Photoemission from the negative electron affinity (100) natural hydrogen terminated diamond surface

• Published in: Surface science Vol. 349; no. 2; pp. 176 - 184
• Main Authors: Diederich, Léon, Küttel, Olivier M., Schaller, Eliane, Schlapbach, Louis
• Format: Journal Article
• Language: English
• Published: Lausanne Elsevier B.V 01.04.1996; Amsterdam Elsevier Science; New York, NY
• Subjects: Clean metal, semiconductor, and insulator surfaces; Condensed matter: electronic structure, electrical, magnetic, and optical properties; Diamond; Electron and ion emission by liquids and solids; impact phenomena; Electronic structure and electrical properties of surfaces, interfaces, thin films and low-dimensional structures; Exact sciences and technology; Hydrogen; Low energy electron diffraction; Photoelectron spectroscopy; Photoemission and photoelectron spectra; Physics; Surface and interface electron states; Surface states, band structure, electron density of states; Surface structure; Diamond; Hydrogen; Photoelectron spectroscopy; Low energy electron diffraction; Surface structure; Ultraviolet radiation; Annealing; Band bending; Negative electron affinity; Diamonds; Doped materials; X radiation; LEED; Experimental study; Hydrogenation; Surface states
• ISSN: 0039-6028; 1879-2758
• DOI: 10.1016/0039-6028(95)01117-X

We reported recently about the cleaning and polishing of natural doped (100) and (111) diamond surfaces in a hydrogen plasma at 870°C and 40 mbar [Küttel et al., Surf.
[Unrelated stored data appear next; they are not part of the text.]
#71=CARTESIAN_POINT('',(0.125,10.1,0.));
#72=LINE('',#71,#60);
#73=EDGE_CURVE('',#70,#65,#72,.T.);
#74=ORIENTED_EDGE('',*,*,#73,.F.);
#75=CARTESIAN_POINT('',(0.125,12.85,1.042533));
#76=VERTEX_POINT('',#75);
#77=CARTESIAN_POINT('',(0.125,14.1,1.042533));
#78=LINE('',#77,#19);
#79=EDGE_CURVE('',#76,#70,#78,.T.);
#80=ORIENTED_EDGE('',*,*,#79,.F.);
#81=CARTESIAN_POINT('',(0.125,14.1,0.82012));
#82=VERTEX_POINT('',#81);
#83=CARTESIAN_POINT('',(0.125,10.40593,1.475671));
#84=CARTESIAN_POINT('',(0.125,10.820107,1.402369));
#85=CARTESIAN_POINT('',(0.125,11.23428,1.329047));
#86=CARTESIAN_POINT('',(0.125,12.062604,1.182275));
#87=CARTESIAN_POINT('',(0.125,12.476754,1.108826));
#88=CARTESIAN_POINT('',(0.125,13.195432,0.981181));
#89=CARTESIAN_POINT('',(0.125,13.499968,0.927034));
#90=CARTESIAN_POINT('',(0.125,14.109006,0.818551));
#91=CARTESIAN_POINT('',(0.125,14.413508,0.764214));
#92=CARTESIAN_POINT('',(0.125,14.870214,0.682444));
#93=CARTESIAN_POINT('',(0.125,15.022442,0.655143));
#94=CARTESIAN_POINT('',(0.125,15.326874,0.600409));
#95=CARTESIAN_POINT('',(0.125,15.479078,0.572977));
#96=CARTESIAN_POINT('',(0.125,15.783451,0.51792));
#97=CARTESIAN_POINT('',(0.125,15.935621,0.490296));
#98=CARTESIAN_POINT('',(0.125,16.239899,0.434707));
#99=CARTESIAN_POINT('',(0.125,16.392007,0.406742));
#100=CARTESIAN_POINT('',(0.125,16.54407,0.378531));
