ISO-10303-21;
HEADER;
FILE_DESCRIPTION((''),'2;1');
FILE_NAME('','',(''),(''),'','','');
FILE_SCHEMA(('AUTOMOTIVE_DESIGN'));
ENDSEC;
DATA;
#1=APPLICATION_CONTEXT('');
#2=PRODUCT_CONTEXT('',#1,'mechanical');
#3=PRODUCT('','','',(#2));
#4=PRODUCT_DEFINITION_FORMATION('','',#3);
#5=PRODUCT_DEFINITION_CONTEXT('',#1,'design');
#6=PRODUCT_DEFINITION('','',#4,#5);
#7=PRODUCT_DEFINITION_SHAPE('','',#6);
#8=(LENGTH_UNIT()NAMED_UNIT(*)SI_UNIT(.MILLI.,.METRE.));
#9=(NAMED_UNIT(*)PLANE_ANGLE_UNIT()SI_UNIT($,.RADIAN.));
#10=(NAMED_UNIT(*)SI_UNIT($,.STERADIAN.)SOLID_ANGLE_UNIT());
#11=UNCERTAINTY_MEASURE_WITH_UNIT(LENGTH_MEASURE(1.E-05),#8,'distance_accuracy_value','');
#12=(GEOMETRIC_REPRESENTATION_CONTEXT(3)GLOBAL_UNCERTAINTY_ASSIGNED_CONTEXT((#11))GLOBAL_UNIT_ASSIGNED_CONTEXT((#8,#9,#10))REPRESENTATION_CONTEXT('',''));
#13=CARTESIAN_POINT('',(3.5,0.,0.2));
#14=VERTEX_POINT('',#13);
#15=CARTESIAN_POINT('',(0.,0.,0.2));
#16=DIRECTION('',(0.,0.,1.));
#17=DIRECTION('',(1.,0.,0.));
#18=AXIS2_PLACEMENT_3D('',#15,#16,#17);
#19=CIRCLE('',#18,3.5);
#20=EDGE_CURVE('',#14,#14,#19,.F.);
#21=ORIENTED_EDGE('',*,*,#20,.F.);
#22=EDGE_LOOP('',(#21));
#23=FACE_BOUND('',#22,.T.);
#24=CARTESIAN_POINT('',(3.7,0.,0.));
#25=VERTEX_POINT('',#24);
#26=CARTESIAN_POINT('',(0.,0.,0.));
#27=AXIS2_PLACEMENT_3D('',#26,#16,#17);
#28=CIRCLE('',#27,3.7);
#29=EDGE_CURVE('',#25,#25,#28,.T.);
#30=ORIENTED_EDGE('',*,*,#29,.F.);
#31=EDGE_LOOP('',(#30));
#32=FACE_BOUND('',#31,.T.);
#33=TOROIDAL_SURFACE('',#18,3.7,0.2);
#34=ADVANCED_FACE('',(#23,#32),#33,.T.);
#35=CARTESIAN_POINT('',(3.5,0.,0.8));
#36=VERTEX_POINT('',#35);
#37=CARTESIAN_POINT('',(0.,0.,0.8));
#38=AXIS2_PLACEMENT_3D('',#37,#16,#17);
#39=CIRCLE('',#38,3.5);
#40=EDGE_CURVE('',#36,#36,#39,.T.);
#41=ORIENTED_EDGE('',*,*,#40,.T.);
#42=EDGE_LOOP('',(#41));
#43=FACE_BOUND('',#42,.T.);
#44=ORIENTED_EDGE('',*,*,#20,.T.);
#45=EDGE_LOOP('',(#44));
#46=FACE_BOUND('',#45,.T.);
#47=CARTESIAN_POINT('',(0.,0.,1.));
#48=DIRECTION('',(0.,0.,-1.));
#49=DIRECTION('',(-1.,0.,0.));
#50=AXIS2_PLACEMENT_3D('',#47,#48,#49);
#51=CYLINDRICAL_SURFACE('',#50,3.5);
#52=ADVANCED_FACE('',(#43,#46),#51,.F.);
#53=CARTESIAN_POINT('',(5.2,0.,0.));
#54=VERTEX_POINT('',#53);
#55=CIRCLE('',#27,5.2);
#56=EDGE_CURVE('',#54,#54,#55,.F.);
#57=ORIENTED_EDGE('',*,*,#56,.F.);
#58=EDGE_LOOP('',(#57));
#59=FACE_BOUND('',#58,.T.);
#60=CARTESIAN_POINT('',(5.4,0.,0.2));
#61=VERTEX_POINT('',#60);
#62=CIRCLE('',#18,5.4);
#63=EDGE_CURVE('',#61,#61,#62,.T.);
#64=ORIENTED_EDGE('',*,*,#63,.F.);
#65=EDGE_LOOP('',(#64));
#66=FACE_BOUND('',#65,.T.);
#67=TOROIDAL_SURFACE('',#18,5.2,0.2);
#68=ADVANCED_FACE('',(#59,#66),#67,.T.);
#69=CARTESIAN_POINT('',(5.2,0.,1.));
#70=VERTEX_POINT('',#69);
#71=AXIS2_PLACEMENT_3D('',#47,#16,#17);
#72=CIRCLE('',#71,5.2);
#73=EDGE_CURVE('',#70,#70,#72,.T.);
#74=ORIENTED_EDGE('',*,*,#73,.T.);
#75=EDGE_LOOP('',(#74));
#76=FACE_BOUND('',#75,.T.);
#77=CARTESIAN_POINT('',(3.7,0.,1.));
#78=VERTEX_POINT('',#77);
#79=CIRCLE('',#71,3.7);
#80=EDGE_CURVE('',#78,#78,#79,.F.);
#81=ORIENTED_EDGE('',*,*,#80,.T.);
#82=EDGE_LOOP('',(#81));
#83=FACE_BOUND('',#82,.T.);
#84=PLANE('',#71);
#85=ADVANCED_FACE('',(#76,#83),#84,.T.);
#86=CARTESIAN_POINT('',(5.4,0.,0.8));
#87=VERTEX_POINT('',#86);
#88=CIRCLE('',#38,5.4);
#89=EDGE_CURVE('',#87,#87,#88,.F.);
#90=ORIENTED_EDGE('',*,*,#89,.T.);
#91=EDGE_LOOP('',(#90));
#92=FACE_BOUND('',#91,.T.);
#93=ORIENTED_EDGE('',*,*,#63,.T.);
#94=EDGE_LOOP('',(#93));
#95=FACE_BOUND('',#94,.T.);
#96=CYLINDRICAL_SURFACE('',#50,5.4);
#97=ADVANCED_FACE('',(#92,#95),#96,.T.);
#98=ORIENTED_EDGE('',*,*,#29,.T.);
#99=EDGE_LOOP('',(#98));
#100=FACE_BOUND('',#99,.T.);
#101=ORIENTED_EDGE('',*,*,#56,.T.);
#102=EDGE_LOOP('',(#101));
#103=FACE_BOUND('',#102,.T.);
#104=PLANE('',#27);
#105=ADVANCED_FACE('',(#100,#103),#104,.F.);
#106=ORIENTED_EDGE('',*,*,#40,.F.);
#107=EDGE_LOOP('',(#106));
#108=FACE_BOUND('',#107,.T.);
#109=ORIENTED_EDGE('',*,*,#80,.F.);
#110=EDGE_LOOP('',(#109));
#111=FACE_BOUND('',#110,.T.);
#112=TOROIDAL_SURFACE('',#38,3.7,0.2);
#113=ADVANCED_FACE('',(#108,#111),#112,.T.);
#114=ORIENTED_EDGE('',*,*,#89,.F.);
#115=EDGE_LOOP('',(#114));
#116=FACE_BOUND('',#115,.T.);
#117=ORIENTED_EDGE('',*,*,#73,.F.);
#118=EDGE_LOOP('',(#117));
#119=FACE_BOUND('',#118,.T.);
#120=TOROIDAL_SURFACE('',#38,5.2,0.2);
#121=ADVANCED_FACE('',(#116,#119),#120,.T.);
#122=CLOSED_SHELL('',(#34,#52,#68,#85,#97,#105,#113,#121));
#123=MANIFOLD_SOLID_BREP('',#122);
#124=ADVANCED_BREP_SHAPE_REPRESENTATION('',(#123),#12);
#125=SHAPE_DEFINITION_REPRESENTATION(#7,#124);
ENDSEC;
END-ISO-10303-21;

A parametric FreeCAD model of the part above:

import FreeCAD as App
import Part
import Sketcher
Q = App.Units.Quantity


def edges_at(feature, points):
    """Names of the edges that pass closest to the given points."""
    edges = feature.Shape.Edges
    near = lambda p: min(range(len(edges)), key=lambda i: edges[i].distToShape(Part.Vertex(*p))[0])
    return sorted({f"Edge{near(p) + 1}" for p in points})

doc = App.newDocument("Part")
body = doc.addObject("PartDesign::Body", "Body")

# Sketch on XY plane
sketch1 = body.newObject("Sketcher::SketchObject", "Sketch")
sketch1.AttachmentSupport = (doc.getObject("XY_Plane"), [""])
sketch1.MapMode = "FlatFace"
sketch1.addGeometry(Part.Circle(App.Vector(0, 0, 0), App.Vector(0, 0, 1), 5.4), False)
sketch1.addGeometry(Part.Circle(App.Vector(0, 0, 0), App.Vector(0, 0, 1), 3.5), False)
sketch1.addConstraint(Sketcher.Constraint("Coincident", 0, 3, -1, 1))
sketch1.addConstraint(Sketcher.Constraint("Coincident", 1, 3, -1, 1))
sketch1.addConstraint(Sketcher.Constraint("Diameter", 1, Q("7 mm")))
sketch1.addConstraint(Sketcher.Constraint("Diameter", 0, Q("10.8 mm")))
pad1 = body.newObject("PartDesign::Pad", "Pad")
pad1.Profile = sketch1
pad1.Length = 1
doc.recompute()

fillet = body.newObject("PartDesign::Fillet", "Fillet")
fillet.Base = (pad1, edges_at(pad1, [
    (-5.4, 0, 0),
    (-5.4, 0, 1),
    (-3.5, 0, 0),
    (-3.5, 0, 1),
]))
fillet.Radius = 0.2

doc.recompute()
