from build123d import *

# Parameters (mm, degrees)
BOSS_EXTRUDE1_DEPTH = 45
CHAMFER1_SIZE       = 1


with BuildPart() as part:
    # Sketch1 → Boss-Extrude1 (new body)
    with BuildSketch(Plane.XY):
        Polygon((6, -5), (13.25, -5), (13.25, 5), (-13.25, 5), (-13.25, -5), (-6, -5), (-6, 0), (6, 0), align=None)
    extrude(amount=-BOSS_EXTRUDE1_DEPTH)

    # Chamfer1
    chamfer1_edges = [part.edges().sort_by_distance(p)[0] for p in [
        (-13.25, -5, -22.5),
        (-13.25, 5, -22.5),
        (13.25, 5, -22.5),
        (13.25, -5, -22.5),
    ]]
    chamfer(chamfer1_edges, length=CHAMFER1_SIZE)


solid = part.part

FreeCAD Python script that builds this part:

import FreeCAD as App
import Part
import Sketcher


def edges_at(feature, points):
    """Names of the edges that pass closest to the given points."""
    edges = feature.Shape.Edges
    near = lambda p: min(range(len(edges)), key=lambda i: edges[i].distToShape(Part.Vertex(*p))[0])
    return sorted({f"Edge{near(p) + 1}" for p in points})


def add_polygon(sketch, points):
    """Adds a closed chain of lines whose ends are joined by coincident constraints."""
    first, n = sketch.GeometryCount, len(points)
    for a, b in zip(points, points[1:] + points[:1]):
        sketch.addGeometry(Part.LineSegment(App.Vector(*a, 0), App.Vector(*b, 0)), False)
    for i in range(n):
        sketch.addConstraint(Sketcher.Constraint("Coincident", first + i, 2, first + (i + 1) % n, 1))

doc = App.newDocument("Part")
params = doc.addObject("Spreadsheet::Sheet", "Params")
for row, (alias, value) in enumerate([
    ("sketch1_width", "12 mm"),
    ("sketch1_height", "10 mm"),
    ("sketch1_width2", "26.5 mm"),
    ("pad1_length", "45 mm"),
    ("chamfer_size", "1 mm"),
], start=1):
    params.set(f"A{row}", alias)
    params.set(f"B{row}", "=" + value)
    params.setAlias(f"B{row}", alias)

body = doc.addObject("PartDesign::Body", "Body")

sketch1 = body.newObject("Sketcher::SketchObject", "Sketch")
sketch1.AttachmentSupport = (doc.getObject("XY_Plane"), [""])
sketch1.MapMode = "FlatFace"
add_polygon(sketch1, [(6, -5), (13, -5), (13, 5), (-13, 5), (-13, -5), (-6, -5), (-6, 0), (6, 0)])
sketch1.addConstraint(Sketcher.Constraint("Horizontal", 0))
sketch1.addConstraint(Sketcher.Constraint("Vertical", 1))
sketch1.addConstraint(Sketcher.Constraint("Horizontal", 2))
sketch1.addConstraint(Sketcher.Constraint("Vertical", 3))
sketch1.addConstraint(Sketcher.Constraint("Horizontal", 4))
sketch1.addConstraint(Sketcher.Constraint("Vertical", 5))
sketch1.addConstraint(Sketcher.Constraint("Horizontal", 6))
sketch1.addConstraint(Sketcher.Constraint("Vertical", 7))
sketch1.addConstraint(Sketcher.Constraint("Symmetric", 0, 2, 2, 2, -1, 1))
sketch1.addConstraint(Sketcher.Constraint("Symmetric", 5, 2, 6, 2, -1, 1))
sketch1.addConstraint(Sketcher.Constraint("Horizontal", 0, 2, 3, 2))
sketch1.addConstraint(Sketcher.Constraint("DistanceX", 6, 1, 6, 2, 12.0))
sketch1.addConstraint(Sketcher.Constraint("DistanceY", 1, 1, 1, 2, 10.0))
sketch1.addConstraint(Sketcher.Constraint("DistanceX", 2, 2, 2, 1, 26.5))
sketch1.setExpression("Constraints[19]", "Params.sketch1_width")
sketch1.setExpression("Constraints[20]", "Params.sketch1_height")
sketch1.setExpression("Constraints[21]", "Params.sketch1_width2")
pad1 = body.newObject("PartDesign::Pad", "Pad")
pad1.Profile = sketch1
pad1.setExpression("Length", "Params.pad1_length")
pad1.Reversed = True
doc.recompute()

chamfer = body.newObject("PartDesign::Chamfer", "Chamfer")
chamfer.Base = (pad1, edges_at(pad1, [
    (-13.25, -5, -22.5),
    (-13.25, 5, -22.5),
    (13.25, 5, -22.5),
    (13.25, -5, -22.5),
]))
chamfer.setExpression("Size", "Params.chamfer_size")

doc.recompute()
Sci. 337 (1995) L812]. This smooth (100) surface shows a sharp negative electron affinity (NEA) peak for the 2 × 1 monohydride terminated surface upon annealing to 300°C, experimentally observed by ultraviolet photoemission spectroscopy (UPS). The effect of annealing the crystal up to 1000°C in an UHV environment ( p < 3 × 10 −9 mbar) results in a positive electron affinity (PEA) whereas a subsequent atomic hydrogen adsorption from a heated filament leads to an 1 × 1 reconstruction and to the reappearance of the NEA peak with a lower intensity than the plasma exposed surface. Upon annealing the surface up to 1000°C at a pressure of 5 × 10 −8 mbar, a NEA is observed which probably is caused by remaining hydrogen at the surface. The hydride terminated surface seems to be responsible for the NEA property. The link between the NEA property and the band bending of the (100) surface are elucidated by photoemission spectroscopy of the core level and the valence band and we measured the spatial distribution of the NEA peak for the plasma exposed surface by angle resolved UPS. Finally, we show photoelectron current measurements and the influence of the bias applied to the surface.